Llegamos por fin al aeropuerto Dulles, le pago de prisa al crápula en el volante y pienso que a lo mejor han cancelado el vuelo por la lluvia. Entro a ese edificio moderno, luminoso, un prodigio de cristales y barras circulares, me confundo entre la muchedumbre impaciente y avanzo con dificultad hasta el mostrador de Air France. Me detengo entonces a observar entre la hilera de pasajeros de clase económica. Sofía no está. Echo una mirada a los alrededores, tampoco la encuentro. Son las tres y cuarenta y cinco y la pizarra electrónica anuncia que el vuelo sale a las cinco y media. Lo más probable, pienso, es que ya se registró y pasó los controles. Es muy tarde. La he perdido. Si no me hubiese tirado en la cama toda la mañana, si la hubiera buscado más temprano, quizá habría alcanzado a despedirme. Pero soy un holgazán. Prefiero dormir antes que ser papá. Soy una vergüenza. Necesito un café para reponerme. Camino entre masas de viajeros malhumorados, maldigo la insana costumbre de viajar, recuerdo que todos los males provienen de no saber estarse quieto -todos los míos, especialmente- y me acerco, abatido, mojados los zapatos, un aguijón persistente taladrándome la cabeza, a una cafetería atestada de personas con maletines rodantes y ordenadores portátiles.
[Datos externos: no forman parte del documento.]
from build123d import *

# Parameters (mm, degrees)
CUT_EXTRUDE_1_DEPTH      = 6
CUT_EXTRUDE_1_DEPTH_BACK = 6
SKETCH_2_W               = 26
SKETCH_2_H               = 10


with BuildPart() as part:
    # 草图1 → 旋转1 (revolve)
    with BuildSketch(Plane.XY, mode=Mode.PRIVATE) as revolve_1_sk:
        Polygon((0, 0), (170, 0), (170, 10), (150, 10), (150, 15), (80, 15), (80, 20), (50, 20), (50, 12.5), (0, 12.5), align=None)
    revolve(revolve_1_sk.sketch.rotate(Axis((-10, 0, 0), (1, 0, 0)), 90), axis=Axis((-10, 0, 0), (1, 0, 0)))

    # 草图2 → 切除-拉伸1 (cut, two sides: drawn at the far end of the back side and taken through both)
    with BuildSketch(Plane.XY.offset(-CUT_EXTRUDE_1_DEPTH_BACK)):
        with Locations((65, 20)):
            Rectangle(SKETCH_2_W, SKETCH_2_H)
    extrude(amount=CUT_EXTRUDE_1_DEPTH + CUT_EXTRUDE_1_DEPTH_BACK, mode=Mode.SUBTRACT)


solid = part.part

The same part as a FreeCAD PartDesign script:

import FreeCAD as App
import Part
import Sketcher
Q = App.Units.Quantity


def add_polygon(sketch, points):
    """Adds a closed chain of lines whose ends are joined by coincident constraints."""
    first, n = sketch.GeometryCount, len(points)
    for a, b in zip(points, points[1:] + points[:1]):
        sketch.addGeometry(Part.LineSegment(App.Vector(*a, 0), App.Vector(*b, 0)), False)
    for i in range(n):
        sketch.addConstraint(Sketcher.Constraint("Coincident", first + i, 2, first + (i + 1) % n, 1))

doc = App.newDocument("Part")
params = doc.addObject("Spreadsheet::Sheet", "Params")
for row, (alias, value) in enumerate([
    ("sketch1_width", "170 mm"),
    ("sketch1_width2", "20 mm"),
    ("sketch1_width3", "70 mm"),
    ("sketch1_width4", "30 mm"),
    ("sketch1_height", "10 mm"),
    ("revolution_angle", "360 deg"),
    ("sketch2_width", "26 mm"),
    ("sketch2_height", "10 mm"),
    ("pocket1_length", "6 mm"),
    ("pocket1_length2", "6 mm"),
], start=1):
    params.set(f"A{row}", alias)
    params.set(f"B{row}", "=" + value)
    params.setAlias(f"B{row}", alias)

body = doc.addObject("PartDesign::Body", "Body")

# Sketch on XY plane
sketch1 = doc.addObject("Sketcher::SketchObject", "Sketch")
body.addObject(sketch1)
sketch1.AttachmentSupport = (doc.XY_Plane, [""])
sketch1.MapMode = "FlatFace"
add_polygon(sketch1, [(0, 0), (170, 0), (170, 10), (150, 10), (150, 15), (80, 15), (80, 20), (50, 20), (50, 12), (0, 12)])  # lines 0-9
sketch1.addConstraint(Sketcher.Constraint("Horizontal", 0))
sketch1.addConstraint(Sketcher.Constraint("Vertical", 1))
sketch1.addConstraint(Sketcher.Constraint("Horizontal", 2))
sketch1.addConstraint(Sketcher.Constraint("Vertical", 3))
sketch1.addConstraint(Sketcher.Constraint("Horizontal", 4))
sketch1.addConstraint(Sketcher.Constraint("Vertical", 5))
sketch1.addConstraint(Sketcher.Constraint("Horizontal", 6))
sketch1.addConstraint(Sketcher.Constraint("Vertical", 7))
sketch1.addConstraint(Sketcher.Constraint("Horizontal", 8))
sketch1.addConstraint(Sketcher.Constraint("Vertical", 9))
sketch1.addConstraint(Sketcher.Constraint("Coincident", 9, 2, -1, 1))
sketch1.addConstraint(Sketcher.Constraint("Equal", 3, 5))
sketch1.addConstraint(Sketcher.Constraint("DistanceX", 0, 1, 0, 2, Q("170 mm")))
sketch1.addConstraint(Sketcher.Constraint("DistanceX", 2, 2, 2, 1, Q("20 mm")))
sketch1.addConstraint(Sketcher.Constraint("DistanceX", 4, 2, 4, 1, Q("70 mm")))
sketch1.addConstraint(Sketcher.Constraint("DistanceX", 6, 2, 6, 1, Q("30 mm")))
sketch1.addConstraint(Sketcher.Constraint("DistanceY", 1, 1, 1, 2, Q("10 mm")))
sketch1.addConstraint(Sketcher.Constraint("DistanceY", 3, 1, 3, 2, Q("5 mm")))
sketch1.addConstraint(Sketcher.Constraint("DistanceY", 7, 2, 7, 1, Q("7.5 mm")))
sketch1.setExpression("Constraints[22]", "Params.sketch1_width")
sketch1.setExpression("Constraints[23]", "Params.sketch1_width2")
sketch1.setExpression("Constraints[24]", "Params.sketch1_width3")
sketch1.setExpression("Constraints[25]", "Params.sketch1_width4")
sketch1.setExpression("Constraints[26]", "Params.sketch1_height")
revolution = doc.addObject("PartDesign::Revolution", "Revolution")
body.addObject(revolution)
revolution.Profile = sketch1
revolution.ReferenceAxis = (sketch1, ["H_Axis"])
revolution.setExpression("Angle", "Params.revolution_angle")

# Sketch on XY plane
sketch2 = doc.addObject("Sketcher::SketchObject", "Sketch001")
body.addObject(sketch2)
sketch2.AttachmentSupport = (doc.XY_Plane, [""])
sketch2.MapMode = "FlatFace"
add_polygon(sketch2, [(52, 25), (52, 15), (78, 15), (78, 25)])  # lines 0-3
sketch2.addConstraint(Sketcher.Constraint("Vertical", 0))
sketch2.addConstraint(Sketcher.Constraint("Horizontal", 1))
sketch2.addConstraint(Sketcher.Constraint("Vertical", 2))
sketch2.addConstraint(Sketcher.Constraint("Horizontal", 3))
sketch2.addConstraint(Sketcher.Constraint("DistanceX", 1, 1, 1, 2, Q("26 mm")))
sketch2.addConstraint(Sketcher.Constraint("DistanceY", 0, 2, 0, 1, Q("10 mm")))
sketch2.addConstraint(Sketcher.Constraint("DistanceX", -1, 1, 0, 2, Q("52 mm")))
sketch2.addConstraint(Sketcher.Constraint("DistanceY", -1, 1, 0, 2, Q("15 mm")))
sketch2.setExpression("Constraints[8]", "Params.sketch2_width")
sketch2.setExpression("Constraints[9]", "Params.sketch2_height")
pocket1 = doc.addObject("PartDesign::Pocket", "Pocket")
body.addObject(pocket1)
pocket1.Profile = sketch2
pocket1.Type = "TwoLengths"
pocket1.setExpression("Length", "Params.pocket1_length")
pocket1.setExpression("Length2", "Params.pocket1_length2")
pocket1.Reversed = True

doc.recompute()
De pronto, la veo: allí está Sofía en un teléfono público, al final del pasillo. Un sobresalto me recorre la espalda y me produce escalofríos. Entonces la escena del culebrón cobra vida: ahora estoy corriendo entre las azafatas y los tripulantes amanerados y sólo quiero abrazar a Sofía antes de que cruce los controles de inmigración y sea demasiado tarde para despedirnos. Llego por fin a su lado, con la respiración agitada y la duda estúpida de no saber qué decirle. Sofía está hablando por teléfono. Toco su hombro. Voltea sorprendida y palidece al verme. Cuelga. Estaba dejándote un mensaje, dice. Yo sonrío, no sé qué decir. ¿Qué haces acá?, pregunta, seria, aunque su voz delata que no me odia. Vine a despedirme, digo. Ella baja la mirada, las manos en los bolsillos, y, aunque trata de no llorar, se le humedecen los ojos. Me muero de la pena de hacer esto, pero siento que no tengo alternativas, susurra, sin mirarme. Es tan noble, tan decente. Nunca seré como ella, soy una alimaña a su lado y una vez más la hago llorar. Perdóname, le digo. Me mira a los ojos como tratando de escrutar la sinceridad de mis palabras. No puedo perdonarte -dice ella-. No sabes el escándalo que has armado en mi familia. No puedo entender por qué le dijiste todo eso a mi mamá. Tú sabes lo loca que es. Me has tirado una bomba en la cara. La escucho, asiento dócilmente, me conmuevo, se me anegan los ojos, no sé qué decir. Me emborraché, perdí el control, la cagué -digo, pero es una mala disculpa-. Fue un momento de locura, añado, y ella me mira con lástima, ni siquiera con desprecio, y siento que no me cree, que ya no puede creerme una palabra más. Ya no importa, ya es tarde -dice ella, mirando el reloj con nerviosismo-. Te estaba dejando un mensaje diciéndote que no te preocupes por mí, que voy a estar bien en casa de Laurent. -Ahora se le quiebra la voz y desvía sus ojos de los míos. Sin embargo, hace un esfuerzo para continuar-: Me da pena dejarte, abandonar la universidad, irme con Laurent a pesar de que te amé muchísimo, tú lo sabes. Pero lo hago por el bebé. No puedo obligarte a ser papá, tú no lo quieres y eso me parte el corazón, Gabriel. Tengo que buscar lo mejor para mi bebé. Laurent quiere ser el padre, está muy ilusionado, me quiere con una seguridad que tú no tienes, y por eso me voy con él.